■ Assignment ■
Lines from the start of the data through the line containing "#351=DIRECTION('',(0.707106781,0.,-0.707106781));" must be given again exactly. Leave the others out.

Records from a collection

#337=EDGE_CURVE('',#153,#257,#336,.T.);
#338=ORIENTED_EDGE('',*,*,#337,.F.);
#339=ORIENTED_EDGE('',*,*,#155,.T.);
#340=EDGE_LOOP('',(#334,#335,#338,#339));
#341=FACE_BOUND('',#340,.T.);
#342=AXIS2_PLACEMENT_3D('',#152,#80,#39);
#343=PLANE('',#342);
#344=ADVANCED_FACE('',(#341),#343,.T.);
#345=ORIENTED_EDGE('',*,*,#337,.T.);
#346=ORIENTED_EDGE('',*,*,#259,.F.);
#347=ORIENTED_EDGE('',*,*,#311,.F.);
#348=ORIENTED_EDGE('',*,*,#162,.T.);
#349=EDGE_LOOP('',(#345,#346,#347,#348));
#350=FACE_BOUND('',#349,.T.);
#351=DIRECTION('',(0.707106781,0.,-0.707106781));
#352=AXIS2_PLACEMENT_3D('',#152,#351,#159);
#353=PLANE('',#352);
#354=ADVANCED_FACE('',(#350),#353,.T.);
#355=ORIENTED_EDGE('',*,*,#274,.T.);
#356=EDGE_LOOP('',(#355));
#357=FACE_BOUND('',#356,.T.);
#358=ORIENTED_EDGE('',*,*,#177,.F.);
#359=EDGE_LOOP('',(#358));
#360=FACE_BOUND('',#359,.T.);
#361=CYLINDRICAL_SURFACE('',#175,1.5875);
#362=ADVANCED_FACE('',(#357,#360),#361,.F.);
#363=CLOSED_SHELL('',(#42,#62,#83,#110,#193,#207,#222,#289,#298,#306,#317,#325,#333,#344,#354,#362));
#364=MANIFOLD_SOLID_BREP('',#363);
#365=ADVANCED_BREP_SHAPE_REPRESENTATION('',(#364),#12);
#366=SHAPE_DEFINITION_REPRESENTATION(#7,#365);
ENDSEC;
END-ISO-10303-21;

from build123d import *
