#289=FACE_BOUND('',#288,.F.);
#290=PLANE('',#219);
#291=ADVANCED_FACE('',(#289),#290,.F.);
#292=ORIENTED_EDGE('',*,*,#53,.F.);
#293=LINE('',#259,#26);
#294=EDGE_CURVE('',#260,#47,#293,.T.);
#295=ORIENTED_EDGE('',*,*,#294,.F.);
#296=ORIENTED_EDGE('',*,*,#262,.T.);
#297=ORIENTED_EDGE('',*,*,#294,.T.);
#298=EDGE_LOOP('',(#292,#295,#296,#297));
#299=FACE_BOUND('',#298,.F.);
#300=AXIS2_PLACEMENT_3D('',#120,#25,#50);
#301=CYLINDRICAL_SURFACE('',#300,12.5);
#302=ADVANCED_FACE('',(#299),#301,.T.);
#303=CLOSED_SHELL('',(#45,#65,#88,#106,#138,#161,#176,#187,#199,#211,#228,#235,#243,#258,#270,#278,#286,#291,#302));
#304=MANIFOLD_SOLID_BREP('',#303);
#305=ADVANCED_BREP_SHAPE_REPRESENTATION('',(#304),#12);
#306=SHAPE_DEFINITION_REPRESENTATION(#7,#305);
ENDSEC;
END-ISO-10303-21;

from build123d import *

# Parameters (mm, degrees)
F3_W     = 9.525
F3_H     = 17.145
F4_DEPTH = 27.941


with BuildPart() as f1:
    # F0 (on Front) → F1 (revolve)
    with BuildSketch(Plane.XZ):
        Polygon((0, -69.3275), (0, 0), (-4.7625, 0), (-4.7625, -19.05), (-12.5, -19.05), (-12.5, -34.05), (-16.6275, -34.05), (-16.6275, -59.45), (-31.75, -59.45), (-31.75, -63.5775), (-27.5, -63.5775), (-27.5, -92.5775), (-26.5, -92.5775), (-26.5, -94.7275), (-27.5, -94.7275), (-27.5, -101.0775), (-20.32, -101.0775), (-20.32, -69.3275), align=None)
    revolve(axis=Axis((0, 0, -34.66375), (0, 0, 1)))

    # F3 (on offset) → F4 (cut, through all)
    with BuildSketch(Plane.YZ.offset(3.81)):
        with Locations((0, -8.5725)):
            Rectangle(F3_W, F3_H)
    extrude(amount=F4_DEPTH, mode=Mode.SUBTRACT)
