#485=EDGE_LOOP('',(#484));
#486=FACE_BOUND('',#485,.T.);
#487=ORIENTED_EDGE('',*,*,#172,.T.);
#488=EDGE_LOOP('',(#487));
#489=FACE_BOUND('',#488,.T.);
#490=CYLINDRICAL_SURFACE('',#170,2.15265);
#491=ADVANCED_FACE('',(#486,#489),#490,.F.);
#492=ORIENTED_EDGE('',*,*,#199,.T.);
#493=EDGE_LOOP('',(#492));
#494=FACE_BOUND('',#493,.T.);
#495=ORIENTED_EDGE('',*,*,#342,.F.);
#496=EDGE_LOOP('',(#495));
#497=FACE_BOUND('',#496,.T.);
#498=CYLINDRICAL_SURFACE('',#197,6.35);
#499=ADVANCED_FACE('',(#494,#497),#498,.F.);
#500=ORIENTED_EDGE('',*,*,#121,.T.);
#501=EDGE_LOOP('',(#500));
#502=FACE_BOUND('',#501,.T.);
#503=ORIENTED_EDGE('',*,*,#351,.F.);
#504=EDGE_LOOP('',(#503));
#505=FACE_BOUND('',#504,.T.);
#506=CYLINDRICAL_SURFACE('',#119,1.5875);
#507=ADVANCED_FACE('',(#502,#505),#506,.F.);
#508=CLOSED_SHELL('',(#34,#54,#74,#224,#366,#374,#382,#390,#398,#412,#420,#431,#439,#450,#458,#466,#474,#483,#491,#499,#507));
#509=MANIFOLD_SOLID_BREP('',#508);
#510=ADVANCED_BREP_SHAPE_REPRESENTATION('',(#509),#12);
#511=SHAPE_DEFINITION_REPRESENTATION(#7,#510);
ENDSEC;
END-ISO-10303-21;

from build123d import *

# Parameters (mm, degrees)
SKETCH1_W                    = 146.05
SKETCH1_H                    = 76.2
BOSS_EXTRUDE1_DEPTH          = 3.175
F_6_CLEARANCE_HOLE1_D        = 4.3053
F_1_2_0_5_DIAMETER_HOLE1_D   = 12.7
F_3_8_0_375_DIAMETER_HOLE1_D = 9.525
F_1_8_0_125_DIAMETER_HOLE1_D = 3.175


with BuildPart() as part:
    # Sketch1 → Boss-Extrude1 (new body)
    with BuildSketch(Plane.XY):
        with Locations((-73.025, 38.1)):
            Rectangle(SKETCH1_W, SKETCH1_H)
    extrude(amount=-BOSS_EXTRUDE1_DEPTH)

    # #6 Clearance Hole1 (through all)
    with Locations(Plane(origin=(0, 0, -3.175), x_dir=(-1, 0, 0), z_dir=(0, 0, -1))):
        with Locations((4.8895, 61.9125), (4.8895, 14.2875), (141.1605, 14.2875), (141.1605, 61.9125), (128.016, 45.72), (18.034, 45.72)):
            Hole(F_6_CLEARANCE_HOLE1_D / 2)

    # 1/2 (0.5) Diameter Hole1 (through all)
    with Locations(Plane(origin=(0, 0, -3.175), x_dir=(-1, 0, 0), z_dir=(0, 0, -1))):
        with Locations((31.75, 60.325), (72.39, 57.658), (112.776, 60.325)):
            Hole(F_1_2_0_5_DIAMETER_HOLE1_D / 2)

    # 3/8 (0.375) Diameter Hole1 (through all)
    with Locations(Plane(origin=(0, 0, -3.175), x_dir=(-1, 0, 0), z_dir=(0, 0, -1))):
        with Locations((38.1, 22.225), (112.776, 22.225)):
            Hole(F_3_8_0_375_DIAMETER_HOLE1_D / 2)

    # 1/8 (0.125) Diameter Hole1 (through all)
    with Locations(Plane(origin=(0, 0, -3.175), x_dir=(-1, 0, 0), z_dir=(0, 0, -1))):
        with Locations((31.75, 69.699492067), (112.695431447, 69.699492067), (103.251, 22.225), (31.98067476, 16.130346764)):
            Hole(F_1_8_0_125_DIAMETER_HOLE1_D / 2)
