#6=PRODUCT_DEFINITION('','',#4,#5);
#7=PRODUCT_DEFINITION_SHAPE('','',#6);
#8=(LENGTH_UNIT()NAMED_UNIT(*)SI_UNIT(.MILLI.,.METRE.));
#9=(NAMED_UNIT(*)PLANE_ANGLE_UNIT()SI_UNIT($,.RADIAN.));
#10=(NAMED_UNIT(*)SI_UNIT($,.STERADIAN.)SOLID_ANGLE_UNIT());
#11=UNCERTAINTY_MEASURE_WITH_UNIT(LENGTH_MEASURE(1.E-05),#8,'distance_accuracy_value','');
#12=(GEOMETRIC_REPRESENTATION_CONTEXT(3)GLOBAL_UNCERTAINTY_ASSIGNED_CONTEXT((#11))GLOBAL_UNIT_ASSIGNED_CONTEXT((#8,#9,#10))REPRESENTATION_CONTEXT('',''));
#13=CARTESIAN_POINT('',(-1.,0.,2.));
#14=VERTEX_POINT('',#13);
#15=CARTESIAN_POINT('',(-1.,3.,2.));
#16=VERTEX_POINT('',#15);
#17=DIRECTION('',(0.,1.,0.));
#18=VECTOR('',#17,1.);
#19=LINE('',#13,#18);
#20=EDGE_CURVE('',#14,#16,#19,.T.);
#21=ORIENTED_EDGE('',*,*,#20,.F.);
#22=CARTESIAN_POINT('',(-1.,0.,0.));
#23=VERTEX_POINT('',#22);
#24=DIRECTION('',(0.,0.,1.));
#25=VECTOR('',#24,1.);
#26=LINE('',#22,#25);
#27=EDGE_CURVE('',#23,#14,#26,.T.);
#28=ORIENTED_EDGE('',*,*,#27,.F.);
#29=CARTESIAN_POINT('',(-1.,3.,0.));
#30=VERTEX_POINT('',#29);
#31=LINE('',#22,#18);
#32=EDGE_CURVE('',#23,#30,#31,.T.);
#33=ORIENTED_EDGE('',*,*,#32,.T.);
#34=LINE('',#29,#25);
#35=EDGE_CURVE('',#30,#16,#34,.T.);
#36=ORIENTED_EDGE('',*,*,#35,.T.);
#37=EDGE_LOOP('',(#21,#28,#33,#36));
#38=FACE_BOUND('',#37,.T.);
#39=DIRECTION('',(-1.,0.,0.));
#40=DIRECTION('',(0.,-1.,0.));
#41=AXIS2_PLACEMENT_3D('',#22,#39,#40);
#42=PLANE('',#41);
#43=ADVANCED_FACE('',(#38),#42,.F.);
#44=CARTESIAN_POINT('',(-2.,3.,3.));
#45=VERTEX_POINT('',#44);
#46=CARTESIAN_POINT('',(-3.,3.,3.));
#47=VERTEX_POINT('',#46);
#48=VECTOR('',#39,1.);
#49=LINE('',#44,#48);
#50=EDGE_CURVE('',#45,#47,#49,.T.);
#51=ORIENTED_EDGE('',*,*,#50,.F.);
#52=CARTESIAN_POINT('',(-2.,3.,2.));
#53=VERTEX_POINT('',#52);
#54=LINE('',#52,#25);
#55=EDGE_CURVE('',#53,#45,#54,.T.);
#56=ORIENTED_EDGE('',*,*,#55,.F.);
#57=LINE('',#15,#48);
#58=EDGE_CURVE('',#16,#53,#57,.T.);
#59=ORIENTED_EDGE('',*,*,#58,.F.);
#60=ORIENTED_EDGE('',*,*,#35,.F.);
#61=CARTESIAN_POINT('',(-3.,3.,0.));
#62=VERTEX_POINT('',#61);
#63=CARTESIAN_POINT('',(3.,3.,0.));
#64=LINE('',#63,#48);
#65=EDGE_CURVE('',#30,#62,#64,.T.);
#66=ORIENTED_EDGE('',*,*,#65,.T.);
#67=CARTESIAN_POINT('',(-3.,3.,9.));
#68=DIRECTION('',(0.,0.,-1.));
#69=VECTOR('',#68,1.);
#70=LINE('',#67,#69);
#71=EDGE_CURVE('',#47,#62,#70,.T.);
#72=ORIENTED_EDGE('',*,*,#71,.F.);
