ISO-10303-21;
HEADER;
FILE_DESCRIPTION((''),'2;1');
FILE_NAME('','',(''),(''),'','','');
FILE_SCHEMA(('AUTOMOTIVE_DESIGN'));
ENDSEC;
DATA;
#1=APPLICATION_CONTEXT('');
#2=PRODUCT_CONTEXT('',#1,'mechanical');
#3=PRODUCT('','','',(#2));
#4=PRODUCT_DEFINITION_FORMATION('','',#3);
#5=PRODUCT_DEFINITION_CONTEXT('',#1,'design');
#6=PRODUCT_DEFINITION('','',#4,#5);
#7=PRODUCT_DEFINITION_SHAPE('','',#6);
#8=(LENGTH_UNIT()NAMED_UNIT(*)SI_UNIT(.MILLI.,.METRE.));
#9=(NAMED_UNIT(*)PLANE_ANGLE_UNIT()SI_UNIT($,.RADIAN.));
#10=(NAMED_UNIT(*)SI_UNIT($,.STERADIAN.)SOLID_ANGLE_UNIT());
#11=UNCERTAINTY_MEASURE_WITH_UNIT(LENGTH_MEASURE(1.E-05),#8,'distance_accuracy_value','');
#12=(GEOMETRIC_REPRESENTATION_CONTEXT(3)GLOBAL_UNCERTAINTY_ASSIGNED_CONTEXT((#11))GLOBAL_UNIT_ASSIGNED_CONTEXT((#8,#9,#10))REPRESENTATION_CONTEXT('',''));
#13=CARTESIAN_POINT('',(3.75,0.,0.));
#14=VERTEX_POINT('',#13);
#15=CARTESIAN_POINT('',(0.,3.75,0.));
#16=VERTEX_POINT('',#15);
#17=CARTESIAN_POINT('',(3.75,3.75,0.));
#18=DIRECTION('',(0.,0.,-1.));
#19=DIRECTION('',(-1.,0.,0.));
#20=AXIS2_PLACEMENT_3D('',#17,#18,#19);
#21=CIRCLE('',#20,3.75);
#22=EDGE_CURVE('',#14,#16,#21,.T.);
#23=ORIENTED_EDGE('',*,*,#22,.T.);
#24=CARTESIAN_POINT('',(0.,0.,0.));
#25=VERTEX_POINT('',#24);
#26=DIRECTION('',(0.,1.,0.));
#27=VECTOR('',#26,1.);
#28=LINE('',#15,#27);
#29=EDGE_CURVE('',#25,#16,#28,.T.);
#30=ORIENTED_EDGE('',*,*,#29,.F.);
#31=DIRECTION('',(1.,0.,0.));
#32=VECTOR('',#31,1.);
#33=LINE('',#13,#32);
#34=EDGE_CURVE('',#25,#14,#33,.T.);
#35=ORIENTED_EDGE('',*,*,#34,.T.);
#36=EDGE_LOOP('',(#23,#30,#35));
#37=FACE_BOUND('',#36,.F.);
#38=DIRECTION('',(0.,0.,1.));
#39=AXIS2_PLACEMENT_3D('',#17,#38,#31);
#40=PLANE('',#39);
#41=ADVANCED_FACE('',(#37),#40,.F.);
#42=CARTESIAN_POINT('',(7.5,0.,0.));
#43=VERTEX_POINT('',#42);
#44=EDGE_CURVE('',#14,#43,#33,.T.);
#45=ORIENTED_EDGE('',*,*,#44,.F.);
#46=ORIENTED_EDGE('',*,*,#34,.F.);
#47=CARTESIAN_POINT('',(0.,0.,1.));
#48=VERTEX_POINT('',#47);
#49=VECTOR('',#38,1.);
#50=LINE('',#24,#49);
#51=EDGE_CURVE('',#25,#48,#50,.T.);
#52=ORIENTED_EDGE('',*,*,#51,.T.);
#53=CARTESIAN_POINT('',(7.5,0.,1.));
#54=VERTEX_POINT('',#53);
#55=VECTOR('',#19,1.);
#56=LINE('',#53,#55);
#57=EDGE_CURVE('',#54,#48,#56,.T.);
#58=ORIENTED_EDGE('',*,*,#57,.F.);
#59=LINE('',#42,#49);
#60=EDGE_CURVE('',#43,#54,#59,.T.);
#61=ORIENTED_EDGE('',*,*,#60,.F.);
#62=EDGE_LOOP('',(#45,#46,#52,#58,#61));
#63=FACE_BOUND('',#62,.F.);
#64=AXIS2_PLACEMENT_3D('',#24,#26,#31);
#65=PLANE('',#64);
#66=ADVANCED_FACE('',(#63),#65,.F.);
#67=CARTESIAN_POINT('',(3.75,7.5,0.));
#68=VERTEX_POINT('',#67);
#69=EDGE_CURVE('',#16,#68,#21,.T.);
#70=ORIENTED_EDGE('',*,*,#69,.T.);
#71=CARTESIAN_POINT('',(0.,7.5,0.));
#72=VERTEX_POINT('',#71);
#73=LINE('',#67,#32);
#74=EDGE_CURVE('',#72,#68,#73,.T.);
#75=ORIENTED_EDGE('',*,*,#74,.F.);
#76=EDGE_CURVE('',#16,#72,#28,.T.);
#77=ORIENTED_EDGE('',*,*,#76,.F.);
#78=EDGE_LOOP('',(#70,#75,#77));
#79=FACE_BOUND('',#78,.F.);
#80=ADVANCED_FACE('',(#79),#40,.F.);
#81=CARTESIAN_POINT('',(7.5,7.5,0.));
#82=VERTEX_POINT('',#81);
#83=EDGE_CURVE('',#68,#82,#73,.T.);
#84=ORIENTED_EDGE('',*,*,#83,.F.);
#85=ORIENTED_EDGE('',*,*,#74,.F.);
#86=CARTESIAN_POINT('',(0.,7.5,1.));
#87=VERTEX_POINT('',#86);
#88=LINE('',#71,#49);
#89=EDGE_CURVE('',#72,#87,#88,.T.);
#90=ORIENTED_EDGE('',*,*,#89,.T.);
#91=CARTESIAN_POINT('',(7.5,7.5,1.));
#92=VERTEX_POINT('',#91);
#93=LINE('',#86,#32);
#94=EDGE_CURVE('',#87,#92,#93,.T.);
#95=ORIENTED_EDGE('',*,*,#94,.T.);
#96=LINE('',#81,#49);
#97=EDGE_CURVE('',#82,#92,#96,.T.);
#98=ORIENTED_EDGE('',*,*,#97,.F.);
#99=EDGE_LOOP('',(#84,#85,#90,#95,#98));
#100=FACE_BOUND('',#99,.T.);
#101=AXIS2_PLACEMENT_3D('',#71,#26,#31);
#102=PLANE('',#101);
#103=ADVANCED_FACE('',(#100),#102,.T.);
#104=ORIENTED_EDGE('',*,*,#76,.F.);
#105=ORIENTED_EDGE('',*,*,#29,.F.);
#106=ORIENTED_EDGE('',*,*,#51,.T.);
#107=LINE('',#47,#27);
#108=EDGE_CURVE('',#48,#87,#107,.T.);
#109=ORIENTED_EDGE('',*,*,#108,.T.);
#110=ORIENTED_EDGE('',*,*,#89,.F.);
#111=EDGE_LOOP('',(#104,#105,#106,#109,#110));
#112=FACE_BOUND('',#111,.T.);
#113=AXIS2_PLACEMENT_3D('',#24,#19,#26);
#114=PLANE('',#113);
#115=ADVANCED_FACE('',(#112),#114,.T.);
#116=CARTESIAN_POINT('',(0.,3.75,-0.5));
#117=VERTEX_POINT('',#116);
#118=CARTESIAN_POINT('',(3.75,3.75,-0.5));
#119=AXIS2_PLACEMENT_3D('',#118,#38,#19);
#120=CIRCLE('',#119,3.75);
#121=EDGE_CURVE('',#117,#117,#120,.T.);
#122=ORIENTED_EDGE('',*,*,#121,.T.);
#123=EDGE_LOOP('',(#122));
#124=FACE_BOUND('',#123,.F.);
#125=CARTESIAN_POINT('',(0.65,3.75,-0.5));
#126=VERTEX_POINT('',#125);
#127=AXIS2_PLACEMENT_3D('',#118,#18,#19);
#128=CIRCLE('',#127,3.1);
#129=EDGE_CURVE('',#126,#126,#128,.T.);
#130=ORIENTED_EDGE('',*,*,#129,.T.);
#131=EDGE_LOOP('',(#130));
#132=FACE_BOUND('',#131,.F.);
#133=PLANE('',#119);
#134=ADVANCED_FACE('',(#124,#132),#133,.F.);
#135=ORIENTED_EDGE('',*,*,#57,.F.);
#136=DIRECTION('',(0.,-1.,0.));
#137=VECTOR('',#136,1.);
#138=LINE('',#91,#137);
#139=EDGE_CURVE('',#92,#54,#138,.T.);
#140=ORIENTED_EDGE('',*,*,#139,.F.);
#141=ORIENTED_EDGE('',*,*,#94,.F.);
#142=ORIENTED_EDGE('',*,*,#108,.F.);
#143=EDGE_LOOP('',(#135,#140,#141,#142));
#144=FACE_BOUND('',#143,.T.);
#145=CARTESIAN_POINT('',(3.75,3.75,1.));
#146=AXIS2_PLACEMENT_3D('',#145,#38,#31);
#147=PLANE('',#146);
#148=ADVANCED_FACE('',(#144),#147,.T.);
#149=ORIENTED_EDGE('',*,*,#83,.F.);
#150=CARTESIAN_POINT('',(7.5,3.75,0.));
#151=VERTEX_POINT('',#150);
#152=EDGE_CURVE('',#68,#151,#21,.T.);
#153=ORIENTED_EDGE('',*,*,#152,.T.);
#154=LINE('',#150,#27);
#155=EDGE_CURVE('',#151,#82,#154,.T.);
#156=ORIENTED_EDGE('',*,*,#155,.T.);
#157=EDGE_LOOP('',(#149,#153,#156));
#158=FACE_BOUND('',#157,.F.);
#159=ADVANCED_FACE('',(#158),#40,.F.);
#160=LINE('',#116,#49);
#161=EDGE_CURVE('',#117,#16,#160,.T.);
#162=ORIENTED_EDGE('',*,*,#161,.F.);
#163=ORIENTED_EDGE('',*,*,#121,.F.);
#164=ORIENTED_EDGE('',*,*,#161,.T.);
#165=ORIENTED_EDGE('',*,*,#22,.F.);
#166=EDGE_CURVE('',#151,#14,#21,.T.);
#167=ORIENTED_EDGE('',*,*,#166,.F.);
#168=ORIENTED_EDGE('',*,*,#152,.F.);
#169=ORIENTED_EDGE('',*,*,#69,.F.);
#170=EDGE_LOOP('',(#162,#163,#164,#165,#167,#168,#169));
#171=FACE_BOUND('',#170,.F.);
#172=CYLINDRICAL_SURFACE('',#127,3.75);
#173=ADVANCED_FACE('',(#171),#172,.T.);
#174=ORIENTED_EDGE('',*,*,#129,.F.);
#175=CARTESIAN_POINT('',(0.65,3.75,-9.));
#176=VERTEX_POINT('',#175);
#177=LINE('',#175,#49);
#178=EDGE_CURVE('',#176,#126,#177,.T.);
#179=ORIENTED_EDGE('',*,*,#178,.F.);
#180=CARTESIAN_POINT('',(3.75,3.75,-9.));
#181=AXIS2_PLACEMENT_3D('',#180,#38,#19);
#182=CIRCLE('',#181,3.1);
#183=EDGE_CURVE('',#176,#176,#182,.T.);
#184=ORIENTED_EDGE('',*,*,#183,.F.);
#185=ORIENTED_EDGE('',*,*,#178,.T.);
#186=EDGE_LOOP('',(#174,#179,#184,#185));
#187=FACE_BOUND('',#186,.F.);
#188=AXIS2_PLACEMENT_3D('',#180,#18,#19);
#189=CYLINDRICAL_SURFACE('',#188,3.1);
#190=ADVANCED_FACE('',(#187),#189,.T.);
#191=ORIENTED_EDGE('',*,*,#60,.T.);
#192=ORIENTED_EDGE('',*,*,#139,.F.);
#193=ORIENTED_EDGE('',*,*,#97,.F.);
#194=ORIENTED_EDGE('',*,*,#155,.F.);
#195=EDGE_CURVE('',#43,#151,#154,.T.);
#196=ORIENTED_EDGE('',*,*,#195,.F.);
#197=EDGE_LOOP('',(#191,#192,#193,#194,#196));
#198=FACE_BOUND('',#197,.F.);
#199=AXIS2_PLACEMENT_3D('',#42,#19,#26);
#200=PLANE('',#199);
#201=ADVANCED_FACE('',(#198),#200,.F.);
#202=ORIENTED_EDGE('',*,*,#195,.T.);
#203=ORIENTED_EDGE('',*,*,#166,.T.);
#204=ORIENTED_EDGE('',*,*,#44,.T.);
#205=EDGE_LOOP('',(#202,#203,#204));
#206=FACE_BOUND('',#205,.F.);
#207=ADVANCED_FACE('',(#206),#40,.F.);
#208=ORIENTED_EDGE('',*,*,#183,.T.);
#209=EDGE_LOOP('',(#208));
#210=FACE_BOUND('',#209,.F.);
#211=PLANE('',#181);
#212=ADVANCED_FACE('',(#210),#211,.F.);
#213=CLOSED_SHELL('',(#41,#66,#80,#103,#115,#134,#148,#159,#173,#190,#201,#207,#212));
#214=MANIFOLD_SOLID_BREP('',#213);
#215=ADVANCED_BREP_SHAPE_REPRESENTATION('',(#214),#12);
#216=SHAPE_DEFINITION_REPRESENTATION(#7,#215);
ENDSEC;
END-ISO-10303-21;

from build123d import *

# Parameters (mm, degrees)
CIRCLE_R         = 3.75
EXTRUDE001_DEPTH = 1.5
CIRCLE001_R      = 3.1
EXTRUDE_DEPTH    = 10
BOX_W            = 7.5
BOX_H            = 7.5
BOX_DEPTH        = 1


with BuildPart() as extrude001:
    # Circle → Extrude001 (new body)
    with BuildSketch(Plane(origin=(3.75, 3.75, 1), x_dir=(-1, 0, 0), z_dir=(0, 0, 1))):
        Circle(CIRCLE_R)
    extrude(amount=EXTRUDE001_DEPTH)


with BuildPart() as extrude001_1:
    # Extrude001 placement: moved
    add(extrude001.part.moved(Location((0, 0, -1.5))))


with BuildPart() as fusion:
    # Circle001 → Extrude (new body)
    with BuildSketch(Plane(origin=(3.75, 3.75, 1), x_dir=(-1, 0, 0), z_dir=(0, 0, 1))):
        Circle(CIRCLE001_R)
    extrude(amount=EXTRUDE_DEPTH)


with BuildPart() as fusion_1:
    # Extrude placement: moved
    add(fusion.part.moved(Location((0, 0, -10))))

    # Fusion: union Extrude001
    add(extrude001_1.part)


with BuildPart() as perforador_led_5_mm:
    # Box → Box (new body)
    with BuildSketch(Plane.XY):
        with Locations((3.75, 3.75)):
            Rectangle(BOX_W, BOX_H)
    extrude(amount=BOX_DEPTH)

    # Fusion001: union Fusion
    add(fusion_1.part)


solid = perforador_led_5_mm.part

■ Solution for this exercise ■
#337=EDGE_CURVE('',#153,#257,#336,.T.);
#338=ORIENTED_EDGE('',*,*,#337,.F.);
#339=ORIENTED_EDGE('',*,*,#155,.T.);
#340=EDGE_LOOP('',(#334,#335,#338,#339));
#341=FACE_BOUND('',#340,.T.);
#342=AXIS2_PLACEMENT_3D('',#152,#80,#39);
#343=PLANE('',#342);
#344=ADVANCED_FACE('',(#341),#343,.T.);
#345=ORIENTED_EDGE('',*,*,#337,.T.);
#346=ORIENTED_EDGE('',*,*,#259,.F.);
#347=ORIENTED_EDGE('',*,*,#311,.F.);
#348=ORIENTED_EDGE('',*,*,#162,.T.);
#349=EDGE_LOOP('',(#345,#346,#347,#348));
#350=FACE_BOUND('',#349,.T.);
#351=DIRECTION('',(0.707106781,0.,-0.707106781));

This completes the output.